▸ MATERIAL FOR THE TASK
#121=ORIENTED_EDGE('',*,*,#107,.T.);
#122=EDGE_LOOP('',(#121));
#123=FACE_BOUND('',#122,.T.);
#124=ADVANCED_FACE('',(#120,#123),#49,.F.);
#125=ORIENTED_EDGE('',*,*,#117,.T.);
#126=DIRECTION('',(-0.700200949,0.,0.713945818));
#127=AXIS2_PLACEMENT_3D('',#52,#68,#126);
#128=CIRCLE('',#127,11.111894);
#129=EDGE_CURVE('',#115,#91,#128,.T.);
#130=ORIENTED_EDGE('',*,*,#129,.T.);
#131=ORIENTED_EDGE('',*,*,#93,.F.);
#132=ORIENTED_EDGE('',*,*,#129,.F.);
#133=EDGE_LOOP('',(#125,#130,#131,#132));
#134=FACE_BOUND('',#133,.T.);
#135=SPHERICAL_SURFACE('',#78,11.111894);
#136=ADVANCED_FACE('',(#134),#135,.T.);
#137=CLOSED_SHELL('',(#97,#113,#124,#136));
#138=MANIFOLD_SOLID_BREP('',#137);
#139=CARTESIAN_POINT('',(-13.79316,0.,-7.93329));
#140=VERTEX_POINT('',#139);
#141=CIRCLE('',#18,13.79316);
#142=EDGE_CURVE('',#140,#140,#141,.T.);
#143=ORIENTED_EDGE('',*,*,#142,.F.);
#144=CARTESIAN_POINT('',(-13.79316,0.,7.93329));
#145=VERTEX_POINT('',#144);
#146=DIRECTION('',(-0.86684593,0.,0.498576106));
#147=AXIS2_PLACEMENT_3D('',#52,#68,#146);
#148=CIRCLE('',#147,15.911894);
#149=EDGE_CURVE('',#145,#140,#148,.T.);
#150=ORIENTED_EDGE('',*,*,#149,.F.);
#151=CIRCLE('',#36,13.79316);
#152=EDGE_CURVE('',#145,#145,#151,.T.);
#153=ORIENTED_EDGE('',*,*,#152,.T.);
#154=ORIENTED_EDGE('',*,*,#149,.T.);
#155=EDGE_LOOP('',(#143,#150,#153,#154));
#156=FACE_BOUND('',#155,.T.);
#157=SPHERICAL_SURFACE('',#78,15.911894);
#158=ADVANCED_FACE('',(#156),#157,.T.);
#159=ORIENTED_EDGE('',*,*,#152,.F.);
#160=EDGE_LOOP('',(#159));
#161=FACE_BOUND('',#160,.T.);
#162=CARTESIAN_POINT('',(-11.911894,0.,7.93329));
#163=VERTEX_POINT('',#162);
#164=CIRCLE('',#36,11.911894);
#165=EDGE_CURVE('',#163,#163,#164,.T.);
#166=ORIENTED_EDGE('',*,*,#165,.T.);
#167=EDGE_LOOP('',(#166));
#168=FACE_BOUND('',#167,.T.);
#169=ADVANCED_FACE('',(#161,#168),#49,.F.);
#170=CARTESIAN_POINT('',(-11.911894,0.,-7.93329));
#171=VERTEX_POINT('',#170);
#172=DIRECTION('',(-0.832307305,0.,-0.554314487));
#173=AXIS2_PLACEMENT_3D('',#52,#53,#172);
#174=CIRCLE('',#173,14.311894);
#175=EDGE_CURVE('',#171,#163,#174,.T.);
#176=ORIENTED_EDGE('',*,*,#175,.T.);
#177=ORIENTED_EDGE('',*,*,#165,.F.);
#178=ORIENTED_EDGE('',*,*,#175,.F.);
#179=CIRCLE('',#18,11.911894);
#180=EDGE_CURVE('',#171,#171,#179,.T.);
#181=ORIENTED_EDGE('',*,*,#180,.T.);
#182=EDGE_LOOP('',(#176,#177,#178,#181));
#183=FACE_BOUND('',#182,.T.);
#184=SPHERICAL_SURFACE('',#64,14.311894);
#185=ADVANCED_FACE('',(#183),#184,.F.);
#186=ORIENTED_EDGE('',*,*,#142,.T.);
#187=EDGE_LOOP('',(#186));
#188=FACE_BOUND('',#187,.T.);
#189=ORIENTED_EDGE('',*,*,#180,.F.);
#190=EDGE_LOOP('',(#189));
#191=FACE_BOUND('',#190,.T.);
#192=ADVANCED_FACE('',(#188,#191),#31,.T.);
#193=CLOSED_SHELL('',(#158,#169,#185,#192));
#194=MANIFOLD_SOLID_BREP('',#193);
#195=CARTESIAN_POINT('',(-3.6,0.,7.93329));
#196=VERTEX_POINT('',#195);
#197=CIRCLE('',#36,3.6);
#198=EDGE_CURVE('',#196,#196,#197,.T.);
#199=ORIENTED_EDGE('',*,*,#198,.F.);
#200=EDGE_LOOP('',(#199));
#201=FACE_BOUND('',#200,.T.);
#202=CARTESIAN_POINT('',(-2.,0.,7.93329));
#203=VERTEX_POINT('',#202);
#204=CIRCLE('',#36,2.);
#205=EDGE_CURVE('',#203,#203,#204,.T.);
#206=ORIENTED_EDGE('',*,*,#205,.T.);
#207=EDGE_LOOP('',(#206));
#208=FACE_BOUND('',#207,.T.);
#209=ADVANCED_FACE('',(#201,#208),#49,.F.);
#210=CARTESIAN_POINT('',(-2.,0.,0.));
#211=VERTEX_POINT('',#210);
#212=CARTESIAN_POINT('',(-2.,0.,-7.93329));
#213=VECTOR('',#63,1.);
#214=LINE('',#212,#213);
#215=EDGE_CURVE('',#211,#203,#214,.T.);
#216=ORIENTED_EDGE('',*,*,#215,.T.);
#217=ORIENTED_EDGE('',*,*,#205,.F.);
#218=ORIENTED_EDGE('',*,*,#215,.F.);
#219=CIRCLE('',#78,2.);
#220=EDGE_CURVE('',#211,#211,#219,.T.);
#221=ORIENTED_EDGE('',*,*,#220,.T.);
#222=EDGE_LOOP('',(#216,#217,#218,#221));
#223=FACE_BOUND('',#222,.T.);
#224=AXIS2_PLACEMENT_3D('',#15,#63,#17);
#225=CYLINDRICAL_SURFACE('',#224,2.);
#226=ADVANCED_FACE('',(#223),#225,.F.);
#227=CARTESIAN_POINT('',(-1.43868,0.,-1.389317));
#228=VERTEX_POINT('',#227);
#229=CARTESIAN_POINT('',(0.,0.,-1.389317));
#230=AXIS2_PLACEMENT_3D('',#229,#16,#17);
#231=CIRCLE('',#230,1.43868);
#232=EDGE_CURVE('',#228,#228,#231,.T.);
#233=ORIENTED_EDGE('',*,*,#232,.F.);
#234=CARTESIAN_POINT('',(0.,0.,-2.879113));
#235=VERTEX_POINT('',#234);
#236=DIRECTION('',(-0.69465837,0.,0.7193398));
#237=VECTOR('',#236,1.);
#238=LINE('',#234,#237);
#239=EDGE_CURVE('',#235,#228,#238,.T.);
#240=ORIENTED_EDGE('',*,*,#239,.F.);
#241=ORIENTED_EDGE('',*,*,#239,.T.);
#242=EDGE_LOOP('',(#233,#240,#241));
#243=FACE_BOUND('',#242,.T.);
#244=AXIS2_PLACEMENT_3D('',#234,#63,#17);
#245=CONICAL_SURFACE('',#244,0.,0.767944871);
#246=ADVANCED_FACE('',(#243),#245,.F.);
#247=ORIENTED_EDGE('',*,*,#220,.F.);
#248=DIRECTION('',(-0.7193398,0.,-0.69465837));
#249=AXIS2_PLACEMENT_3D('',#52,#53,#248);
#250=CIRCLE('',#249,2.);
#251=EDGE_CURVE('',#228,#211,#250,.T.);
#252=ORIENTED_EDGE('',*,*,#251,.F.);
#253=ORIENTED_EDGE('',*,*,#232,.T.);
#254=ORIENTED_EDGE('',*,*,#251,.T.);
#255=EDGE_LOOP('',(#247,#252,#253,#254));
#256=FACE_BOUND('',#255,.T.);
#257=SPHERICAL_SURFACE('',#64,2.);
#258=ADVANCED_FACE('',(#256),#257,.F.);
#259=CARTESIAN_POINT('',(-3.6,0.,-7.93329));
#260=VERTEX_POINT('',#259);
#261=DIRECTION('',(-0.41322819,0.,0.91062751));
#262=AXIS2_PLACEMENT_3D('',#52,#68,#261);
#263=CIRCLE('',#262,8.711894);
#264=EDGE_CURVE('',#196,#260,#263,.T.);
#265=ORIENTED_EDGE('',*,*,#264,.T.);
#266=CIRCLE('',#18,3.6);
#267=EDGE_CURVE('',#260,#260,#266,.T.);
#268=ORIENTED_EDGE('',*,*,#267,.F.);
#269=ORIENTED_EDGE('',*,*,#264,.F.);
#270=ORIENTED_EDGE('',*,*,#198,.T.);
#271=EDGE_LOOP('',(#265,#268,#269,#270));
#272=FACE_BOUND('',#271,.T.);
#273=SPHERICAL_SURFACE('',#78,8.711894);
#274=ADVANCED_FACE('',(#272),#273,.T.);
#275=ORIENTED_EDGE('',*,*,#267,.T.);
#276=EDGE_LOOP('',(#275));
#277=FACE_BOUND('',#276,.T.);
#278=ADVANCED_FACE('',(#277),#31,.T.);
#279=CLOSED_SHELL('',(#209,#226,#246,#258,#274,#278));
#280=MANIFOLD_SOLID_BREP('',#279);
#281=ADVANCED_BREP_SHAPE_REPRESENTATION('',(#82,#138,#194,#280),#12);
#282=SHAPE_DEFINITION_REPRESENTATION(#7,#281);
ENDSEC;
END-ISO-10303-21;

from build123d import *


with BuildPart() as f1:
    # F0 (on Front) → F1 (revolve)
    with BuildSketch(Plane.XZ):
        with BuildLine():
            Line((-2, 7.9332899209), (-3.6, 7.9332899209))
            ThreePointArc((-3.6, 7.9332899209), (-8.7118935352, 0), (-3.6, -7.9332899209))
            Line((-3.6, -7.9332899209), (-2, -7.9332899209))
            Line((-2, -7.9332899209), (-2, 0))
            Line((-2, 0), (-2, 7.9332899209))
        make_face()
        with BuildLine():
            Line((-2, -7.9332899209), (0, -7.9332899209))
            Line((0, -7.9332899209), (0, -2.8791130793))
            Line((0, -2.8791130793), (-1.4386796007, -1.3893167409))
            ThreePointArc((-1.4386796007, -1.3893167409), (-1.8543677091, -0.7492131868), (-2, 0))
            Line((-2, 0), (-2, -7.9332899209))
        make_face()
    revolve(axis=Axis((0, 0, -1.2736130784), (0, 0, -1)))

▸ INSTRUCTIONS TO FOLLOW
Would you please copy exactly the part of the entries above that begins at the line containing "#126=DIRECTION('',(-0.700200949,0.,0.713945818));" and ends at the line containing "#155=EDGE_LOOP('',(#143,#150,#153,#154));", both lines included?

▸ ANSWER TO THIS TASK
#126=DIRECTION('',(-0.700200949,0.,0.713945818));
#127=AXIS2_PLACEMENT_3D('',#52,#68,#126);
#128=CIRCLE('',#127,11.111894);
#129=EDGE_CURVE('',#115,#91,#128,.T.);
#130=ORIENTED_EDGE('',*,*,#129,.T.);
#131=ORIENTED_EDGE('',*,*,#93,.F.);
#132=ORIENTED_EDGE('',*,*,#129,.F.);
#133=EDGE_LOOP('',(#125,#130,#131,#132));
#134=FACE_BOUND('',#133,.T.);
#135=SPHERICAL_SURFACE('',#78,11.111894);
#136=ADVANCED_FACE('',(#134),#135,.T.);
#137=CLOSED_SHELL('',(#97,#113,#124,#136));
#138=MANIFOLD_SOLID_BREP('',#137);
#139=CARTESIAN_POINT('',(-13.79316,0.,-7.93329));
#140=VERTEX_POINT('',#139);
#141=CIRCLE('',#18,13.79316);
#142=EDGE_CURVE('',#140,#140,#141,.T.);
#143=ORIENTED_EDGE('',*,*,#142,.F.);
#144=CARTESIAN_POINT('',(-13.79316,0.,7.93329));
#145=VERTEX_POINT('',#144);
#146=DIRECTION('',(-0.86684593,0.,0.498576106));
#147=AXIS2_PLACEMENT_3D('',#52,#68,#146);
#148=CIRCLE('',#147,15.911894);
#149=EDGE_CURVE('',#145,#140,#148,.T.);
#150=ORIENTED_EDGE('',*,*,#149,.F.);
#151=CIRCLE('',#36,13.79316);
#152=EDGE_CURVE('',#145,#145,#151,.T.);
#153=ORIENTED_EDGE('',*,*,#152,.T.);
#154=ORIENTED_EDGE('',*,*,#149,.T.);
#155=EDGE_LOOP('',(#143,#150,#153,#154));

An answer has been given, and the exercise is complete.